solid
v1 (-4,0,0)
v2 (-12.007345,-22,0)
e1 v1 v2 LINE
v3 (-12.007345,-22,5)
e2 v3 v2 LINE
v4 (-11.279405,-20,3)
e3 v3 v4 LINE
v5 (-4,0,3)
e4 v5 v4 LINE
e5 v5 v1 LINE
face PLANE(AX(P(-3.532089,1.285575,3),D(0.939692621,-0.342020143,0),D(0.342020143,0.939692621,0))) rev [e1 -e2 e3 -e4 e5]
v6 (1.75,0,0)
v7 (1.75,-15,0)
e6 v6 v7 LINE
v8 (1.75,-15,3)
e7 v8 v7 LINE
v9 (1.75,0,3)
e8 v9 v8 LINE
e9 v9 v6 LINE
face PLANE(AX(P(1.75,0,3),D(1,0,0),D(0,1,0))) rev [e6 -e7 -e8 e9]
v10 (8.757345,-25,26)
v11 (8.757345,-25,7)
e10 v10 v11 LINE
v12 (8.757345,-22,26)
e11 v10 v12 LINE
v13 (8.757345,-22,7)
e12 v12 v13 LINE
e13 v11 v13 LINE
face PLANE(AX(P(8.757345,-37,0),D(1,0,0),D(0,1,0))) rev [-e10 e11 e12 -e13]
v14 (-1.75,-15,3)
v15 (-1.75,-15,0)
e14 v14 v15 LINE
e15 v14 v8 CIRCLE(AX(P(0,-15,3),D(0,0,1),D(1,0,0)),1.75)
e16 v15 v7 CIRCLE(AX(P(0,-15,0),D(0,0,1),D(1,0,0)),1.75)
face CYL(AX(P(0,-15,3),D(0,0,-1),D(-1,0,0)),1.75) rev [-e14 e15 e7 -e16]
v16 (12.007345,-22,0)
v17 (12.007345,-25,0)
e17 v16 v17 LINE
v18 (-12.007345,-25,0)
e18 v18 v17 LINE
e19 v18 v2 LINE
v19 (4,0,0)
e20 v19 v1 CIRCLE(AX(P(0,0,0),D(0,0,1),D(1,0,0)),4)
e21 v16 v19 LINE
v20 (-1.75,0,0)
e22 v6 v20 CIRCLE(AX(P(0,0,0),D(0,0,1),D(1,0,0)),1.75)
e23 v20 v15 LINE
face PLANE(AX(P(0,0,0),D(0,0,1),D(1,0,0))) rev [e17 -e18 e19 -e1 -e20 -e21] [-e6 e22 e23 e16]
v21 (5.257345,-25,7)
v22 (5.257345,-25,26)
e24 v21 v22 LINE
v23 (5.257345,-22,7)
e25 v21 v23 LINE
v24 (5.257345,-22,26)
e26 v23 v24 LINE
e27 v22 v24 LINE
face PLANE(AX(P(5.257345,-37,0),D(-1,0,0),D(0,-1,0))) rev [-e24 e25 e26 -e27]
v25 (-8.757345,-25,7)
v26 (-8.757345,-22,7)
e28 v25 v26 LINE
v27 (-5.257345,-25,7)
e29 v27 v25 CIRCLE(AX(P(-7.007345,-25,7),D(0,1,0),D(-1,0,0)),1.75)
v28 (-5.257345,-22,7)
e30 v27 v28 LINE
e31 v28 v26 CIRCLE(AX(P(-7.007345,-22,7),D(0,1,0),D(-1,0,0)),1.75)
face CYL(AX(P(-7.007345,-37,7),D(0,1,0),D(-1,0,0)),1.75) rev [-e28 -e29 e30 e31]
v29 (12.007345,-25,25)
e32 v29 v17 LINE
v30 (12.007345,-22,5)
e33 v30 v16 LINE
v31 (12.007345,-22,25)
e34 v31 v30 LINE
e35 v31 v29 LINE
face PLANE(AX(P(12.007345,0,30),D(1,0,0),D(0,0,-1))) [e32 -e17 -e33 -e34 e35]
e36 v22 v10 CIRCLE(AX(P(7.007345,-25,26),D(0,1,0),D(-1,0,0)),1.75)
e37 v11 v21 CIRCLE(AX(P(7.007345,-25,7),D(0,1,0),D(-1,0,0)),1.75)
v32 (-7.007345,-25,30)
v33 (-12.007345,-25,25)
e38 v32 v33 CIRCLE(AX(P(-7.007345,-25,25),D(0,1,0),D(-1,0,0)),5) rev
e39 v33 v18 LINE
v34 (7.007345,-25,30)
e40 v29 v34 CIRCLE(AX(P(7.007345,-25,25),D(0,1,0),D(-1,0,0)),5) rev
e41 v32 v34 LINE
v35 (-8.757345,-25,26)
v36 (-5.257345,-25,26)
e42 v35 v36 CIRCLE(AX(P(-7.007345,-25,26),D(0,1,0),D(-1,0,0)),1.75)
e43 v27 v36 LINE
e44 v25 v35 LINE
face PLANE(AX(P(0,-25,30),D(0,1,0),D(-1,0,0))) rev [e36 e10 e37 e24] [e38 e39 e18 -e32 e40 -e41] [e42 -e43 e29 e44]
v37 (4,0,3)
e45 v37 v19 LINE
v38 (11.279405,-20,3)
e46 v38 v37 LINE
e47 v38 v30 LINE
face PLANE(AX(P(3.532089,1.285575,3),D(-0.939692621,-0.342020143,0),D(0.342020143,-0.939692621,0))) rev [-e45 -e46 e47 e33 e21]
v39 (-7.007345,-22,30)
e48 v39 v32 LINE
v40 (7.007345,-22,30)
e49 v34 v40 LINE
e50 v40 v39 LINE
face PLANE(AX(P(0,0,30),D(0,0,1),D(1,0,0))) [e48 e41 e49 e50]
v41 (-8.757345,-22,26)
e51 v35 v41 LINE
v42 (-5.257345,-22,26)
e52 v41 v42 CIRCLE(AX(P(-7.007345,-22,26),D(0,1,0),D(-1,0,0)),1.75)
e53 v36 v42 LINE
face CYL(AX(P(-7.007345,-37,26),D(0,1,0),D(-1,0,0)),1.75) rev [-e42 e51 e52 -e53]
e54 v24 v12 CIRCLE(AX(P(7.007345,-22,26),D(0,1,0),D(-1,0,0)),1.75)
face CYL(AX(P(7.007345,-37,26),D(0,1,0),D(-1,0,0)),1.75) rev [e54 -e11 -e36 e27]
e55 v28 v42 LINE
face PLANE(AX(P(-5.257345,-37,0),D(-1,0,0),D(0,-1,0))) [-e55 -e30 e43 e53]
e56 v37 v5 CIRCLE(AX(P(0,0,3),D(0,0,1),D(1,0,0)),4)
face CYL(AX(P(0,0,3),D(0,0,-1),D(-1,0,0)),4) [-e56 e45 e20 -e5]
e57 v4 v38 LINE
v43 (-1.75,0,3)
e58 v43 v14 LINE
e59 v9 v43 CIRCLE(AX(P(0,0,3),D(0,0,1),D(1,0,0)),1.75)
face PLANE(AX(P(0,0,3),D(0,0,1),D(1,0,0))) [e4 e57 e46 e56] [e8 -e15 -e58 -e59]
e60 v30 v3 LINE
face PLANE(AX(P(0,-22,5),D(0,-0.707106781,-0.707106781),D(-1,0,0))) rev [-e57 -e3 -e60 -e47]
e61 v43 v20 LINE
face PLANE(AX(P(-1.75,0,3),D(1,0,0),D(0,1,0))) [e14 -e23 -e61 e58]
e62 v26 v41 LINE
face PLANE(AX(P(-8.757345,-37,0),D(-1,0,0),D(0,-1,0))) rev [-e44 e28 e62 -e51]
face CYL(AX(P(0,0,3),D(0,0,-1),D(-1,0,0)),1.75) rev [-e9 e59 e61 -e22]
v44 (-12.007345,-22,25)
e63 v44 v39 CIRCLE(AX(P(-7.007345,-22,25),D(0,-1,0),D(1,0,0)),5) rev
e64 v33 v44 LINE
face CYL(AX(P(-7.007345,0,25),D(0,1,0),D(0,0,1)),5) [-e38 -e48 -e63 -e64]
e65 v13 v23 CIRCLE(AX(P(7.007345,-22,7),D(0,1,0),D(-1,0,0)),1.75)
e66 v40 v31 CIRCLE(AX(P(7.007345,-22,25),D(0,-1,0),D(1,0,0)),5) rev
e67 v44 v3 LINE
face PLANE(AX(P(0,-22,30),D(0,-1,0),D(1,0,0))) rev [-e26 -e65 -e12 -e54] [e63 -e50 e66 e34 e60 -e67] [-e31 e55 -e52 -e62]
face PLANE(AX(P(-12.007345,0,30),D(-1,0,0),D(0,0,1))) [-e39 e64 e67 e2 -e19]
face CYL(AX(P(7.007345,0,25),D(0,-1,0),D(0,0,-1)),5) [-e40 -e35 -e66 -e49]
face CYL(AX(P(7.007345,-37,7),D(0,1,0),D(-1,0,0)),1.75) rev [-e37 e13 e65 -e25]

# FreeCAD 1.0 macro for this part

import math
import FreeCAD as App
import Part
import Sketcher
Q = App.Units.Quantity


def edges_at(feature, points):
    """Names of the edges that pass closest to the given points."""
    edges = feature.Shape.Edges
    near = lambda p: min(range(len(edges)), key=lambda i: edges[i].distToShape(Part.Vertex(*p))[0])
    return sorted({f"Edge{near(p) + 1}" for p in points})

doc = App.newDocument("Part")
body = doc.addObject("PartDesign::Body", "Body")

# Sketch on XY plane
sketch1 = body.newObject("Sketcher::SketchObject", "Sketch")
sketch1.AttachmentSupport = (doc.getObject("XY_Plane"), [""])
sketch1.MapMode = "FlatFace"
sketch1.addGeometry([
    Part.ArcOfCircle(Part.Circle(App.Vector(0, 0, 0), App.Vector(0, 0, 1), 4), math.radians(0), math.radians(180)),  # 0
    Part.LineSegment(App.Vector(-4, 0, 0), App.Vector(-12, -22, 0)),  # 1
    Part.LineSegment(App.Vector(-12, -22, 0), App.Vector(12, -22, 0)),  # 2
    Part.LineSegment(App.Vector(12, -22, 0), App.Vector(4, 0, 0)),  # 3
    Part.ArcOfCircle(Part.Circle(App.Vector(0, -15, 0), App.Vector(0, 0, 1), 1.8), math.radians(180), math.radians(360)),  # 4
    Part.LineSegment(App.Vector(-1.8, -15, 0), App.Vector(-1.8, 0, 0)),  # 5
    Part.ArcOfCircle(Part.Circle(App.Vector(0, 0, 0), App.Vector(0, 0, 1), 1.8), math.radians(0), math.radians(180)),  # 6
    Part.LineSegment(App.Vector(1.8, 0, 0), App.Vector(1.8, -15, 0)),  # 7
], False)
sketch1.addConstraint([
    Sketcher.Constraint("Coincident", 0, 2, 1, 1),
    Sketcher.Constraint("Coincident", 1, 2, 2, 1),
    Sketcher.Constraint("Coincident", 2, 2, 3, 1),
    Sketcher.Constraint("Coincident", 3, 2, 0, 1),
    Sketcher.Constraint("Tangent", 4, 1, 5, 1),
    Sketcher.Constraint("Tangent", 5, 2, 6, 2),
    Sketcher.Constraint("Tangent", 6, 1, 7, 1),
    Sketcher.Constraint("Tangent", 7, 2, 4, 2),
    Sketcher.Constraint("Horizontal", 2),
    Sketcher.Constraint("Vertical", 5),
    Sketcher.Constraint("Vertical", 7),
    Sketcher.Constraint("Coincident", 0, 3, -1, 1),
    Sketcher.Constraint("Coincident", 6, 3, -1, 1),
    Sketcher.Constraint("PointOnObject", 0, 2, -1),
    Sketcher.Constraint("PointOnObject", 3, 2, -1),
    Sketcher.Constraint("Equal", 1, 3),
    Sketcher.Constraint("Radius", 0, 4.0),
    Sketcher.Constraint("DistanceY", 5, 1, 5, 2, 15.0),
    Sketcher.Constraint("Angle", 1, Q("-110 deg")),
    Sketcher.Constraint("Radius", 4, 1.75),
    Sketcher.Constraint("DistanceY", 1, 2, -1, 1, 22.0),
])
pad1 = body.newObject("PartDesign::Pad", "Pad")
pad1.Profile = sketch1
pad1.Length = 3

# Sketch on XY plane
sketch2 = body.newObject("Sketcher::SketchObject", "Sketch001")
sketch2.AttachmentSupport = (doc.getObject("XY_Plane"), [""])
sketch2.MapMode = "FlatFace"
sketch2.addGeometry([
    Part.LineSegment(App.Vector(-12, -22, 0), App.Vector(-12, -25, 0)),
    Part.LineSegment(App.Vector(-12, -25, 0), App.Vector(12, -25, 0)),
    Part.LineSegment(App.Vector(12, -25, 0), App.Vector(12, -22, 0)),
    Part.LineSegment(App.Vector(12, -22, 0), App.Vector(-12, -22, 0)),
], False)
sketch2.addConstraint([
    Sketcher.Constraint("Coincident", 0, 2, 1, 1),
    Sketcher.Constraint("Coincident", 1, 2, 2, 1),
    Sketcher.Constraint("Coincident", 2, 2, 3, 1),
    Sketcher.Constraint("Coincident", 3, 2, 0, 1),
    Sketcher.Constraint("Vertical", 0),
    Sketcher.Constraint("Horizontal", 1),
    Sketcher.Constraint("Vertical", 2),
    Sketcher.Constraint("Horizontal", 3),
    Sketcher.Constraint("DistanceY", 0, 2, 0, 1, 3.0),
    Sketcher.Constraint("DistanceY", 0, 2, -1, 1, 25.0),
    Sketcher.Constraint("DistanceX", 1, 1, 1, 2, 24.01469),
    Sketcher.Constraint("DistanceX", 0, 2, -1, 1, 12.007345),
])
pad2 = body.newObject("PartDesign::Pad", "Pad001")
pad2.Profile = sketch2
pad2.Length = 30

# Sketch on XZ plane
sketch3 = body.newObject("Sketcher::SketchObject", "Sketch002")
sketch3.AttachmentSupport = (doc.getObject("XZ_Plane"), [""])
sketch3.MapMode = "FlatFace"
sketch3.AttachmentOffset = App.Placement(App.Vector(0, 0, 22), App.Rotation())
sketch3.addGeometry([
    Part.ArcOfCircle(Part.Circle(App.Vector(-7, 7, 0), App.Vector(0, 0, 1), 1.8), math.radians(180), math.radians(360)),  # 0
    Part.LineSegment(App.Vector(-8.8, 7, 0), App.Vector(-8.8, 26, 0)),  # 1
    Part.ArcOfCircle(Part.Circle(App.Vector(-7, 26, 0), App.Vector(0, 0, 1), 1.8), math.radians(0), math.radians(180)),  # 2
    Part.LineSegment(App.Vector(-5.3, 26, 0), App.Vector(-5.3, 7, 0)),  # 3
    Part.ArcOfCircle(Part.Circle(App.Vector(7, 26, 0), App.Vector(0, 0, 1), 1.8), math.radians(0), math.radians(180)),  # 4
    Part.LineSegment(App.Vector(8.8, 26, 0), App.Vector(8.8, 7, 0)),  # 5
    Part.ArcOfCircle(Part.Circle(App.Vector(7, 7, 0), App.Vector(0, 0, 1), 1.8), math.radians(180), math.radians(360)),  # 6
    Part.LineSegment(App.Vector(5.3, 7, 0), App.Vector(5.3, 26, 0)),  # 7
], False)
sketch3.addConstraint([
    Sketcher.Constraint("Tangent", 0, 1, 1, 1),
    Sketcher.Constraint("Tangent", 1, 2, 2, 2),
    Sketcher.Constraint("Tangent", 2, 1, 3, 1),
    Sketcher.Constraint("Tangent", 3, 2, 0, 2),
    Sketcher.Constraint("Tangent", 4, 1, 5, 1),
    Sketcher.Constraint("Tangent", 5, 2, 6, 2),
    Sketcher.Constraint("Tangent", 6, 1, 7, 1),
    Sketcher.Constraint("Tangent", 7, 2, 4, 2),
    Sketcher.Constraint("Vertical", 1),
    Sketcher.Constraint("Vertical", 3),
    Sketcher.Constraint("Vertical", 5),
    Sketcher.Constraint("Vertical", 7),
    Sketcher.Constraint("Equal", 2, 4),
    Sketcher.Constraint("Symmetric", 2, 3, 4, 3, -2),
    Sketcher.Constraint("Horizontal", 0, 3, 6, 3),
    Sketcher.Constraint("DistanceY", 1, 1, 1, 2, 19.0),
    Sketcher.Constraint("Radius", 0, 1.75),
    Sketcher.Constraint("DistanceY", -1, 1, 0, 3, 7.0),
    Sketcher.Constraint("DistanceX", 2, 3, 4, 3, 14.01469),
])
pocket1 = body.newObject("PartDesign::Pocket", "Pocket")
pocket1.Profile = sketch3
pocket1.Length = 15
pocket1.Reversed = True
doc.recompute()

fillet = body.newObject("PartDesign::Fillet", "Fillet")
fillet.Base = (pocket1, edges_at(pocket1, [(12.007, -23.5, 30), (-12.007, -23.5, 30)]))
fillet.Radius = 5
doc.recompute()

chamfer = body.newObject("PartDesign::Chamfer", "Chamfer")
chamfer.Base = (fillet, edges_at(fillet, [(0, -22, 3)]))
chamfer.Size = 2

doc.recompute()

____________________

EXERCISE OBJECTIVE.
Within the listing above, the range opens at the line with "e5 v5 v1 LINE" and closes at the line with "e31 v28 v26". Reproduce exactly the lines of that range, including both ends.

EXPECTED ANSWER.
e5 v5 v1 LINE
face PLANE(AX(P(-3.532089,1.285575,3),D(0.939692621,-0.342020143,0),D(0.342020143,0.939692621,0))) rev [e1 -e2 e3 -e4 e5]
v6 (1.75,0,0)
v7 (1.75,-15,0)
e6 v6 v7 LINE
v8 (1.75,-15,3)
e7 v8 v7 LINE
v9 (1.75,0,3)
e8 v9 v8 LINE
e9 v9 v6 LINE
face PLANE(AX(P(1.75,0,3),D(1,0,0),D(0,1,0))) rev [e6 -e7 -e8 e9]
v10 (8.757345,-25,26)
v11 (8.757345,-25,7)
e10 v10 v11 LINE
v12 (8.757345,-22,26)
e11 v10 v12 LINE
v13 (8.757345,-22,7)
e12 v12 v13 LINE
e13 v11 v13 LINE
face PLANE(AX(P(8.757345,-37,0),D(1,0,0),D(0,1,0))) rev [-e10 e11 e12 -e13]
v14 (-1.75,-15,3)
v15 (-1.75,-15,0)
e14 v14 v15 LINE
e15 v14 v8 CIRCLE(AX(P(0,-15,3),D(0,0,1),D(1,0,0)),1.75)
e16 v15 v7 CIRCLE(AX(P(0,-15,0),D(0,0,1),D(1,0,0)),1.75)
face CYL(AX(P(0,-15,3),D(0,0,-1),D(-1,0,0)),1.75) rev [-e14 e15 e7 -e16]
v16 (12.007345,-22,0)
v17 (12.007345,-25,0)
e17 v16 v17 LINE
v18 (-12.007345,-25,0)
e18 v18 v17 LINE
e19 v18 v2 LINE
v19 (4,0,0)
e20 v19 v1 CIRCLE(AX(P(0,0,0),D(0,0,1),D(1,0,0)),4)
e21 v16 v19 LINE
v20 (-1.75,0,0)
e22 v6 v20 CIRCLE(AX(P(0,0,0),D(0,0,1),D(1,0,0)),1.75)
e23 v20 v15 LINE
face PLANE(AX(P(0,0,0),D(0,0,1),D(1,0,0))) rev [e17 -e18 e19 -e1 -e20 -e21] [-e6 e22 e23 e16]
v21 (5.257345,-25,7)
v22 (5.257345,-25,26)
e24 v21 v22 LINE
v23 (5.257345,-22,7)
e25 v21 v23 LINE
v24 (5.257345,-22,26)
e26 v23 v24 LINE
e27 v22 v24 LINE
face PLANE(AX(P(5.257345,-37,0),D(-1,0,0),D(0,-1,0))) rev [-e24 e25 e26 -e27]
v25 (-8.757345,-25,7)
v26 (-8.757345,-22,7)
e28 v25 v26 LINE
v27 (-5.257345,-25,7)
e29 v27 v25 CIRCLE(AX(P(-7.007345,-25,7),D(0,1,0),D(-1,0,0)),1.75)
v28 (-5.257345,-22,7)
e30 v27 v28 LINE
e31 v28 v26 CIRCLE(AX(P(-7.007345,-22,7),D(0,1,0),D(-1,0,0)),1.75)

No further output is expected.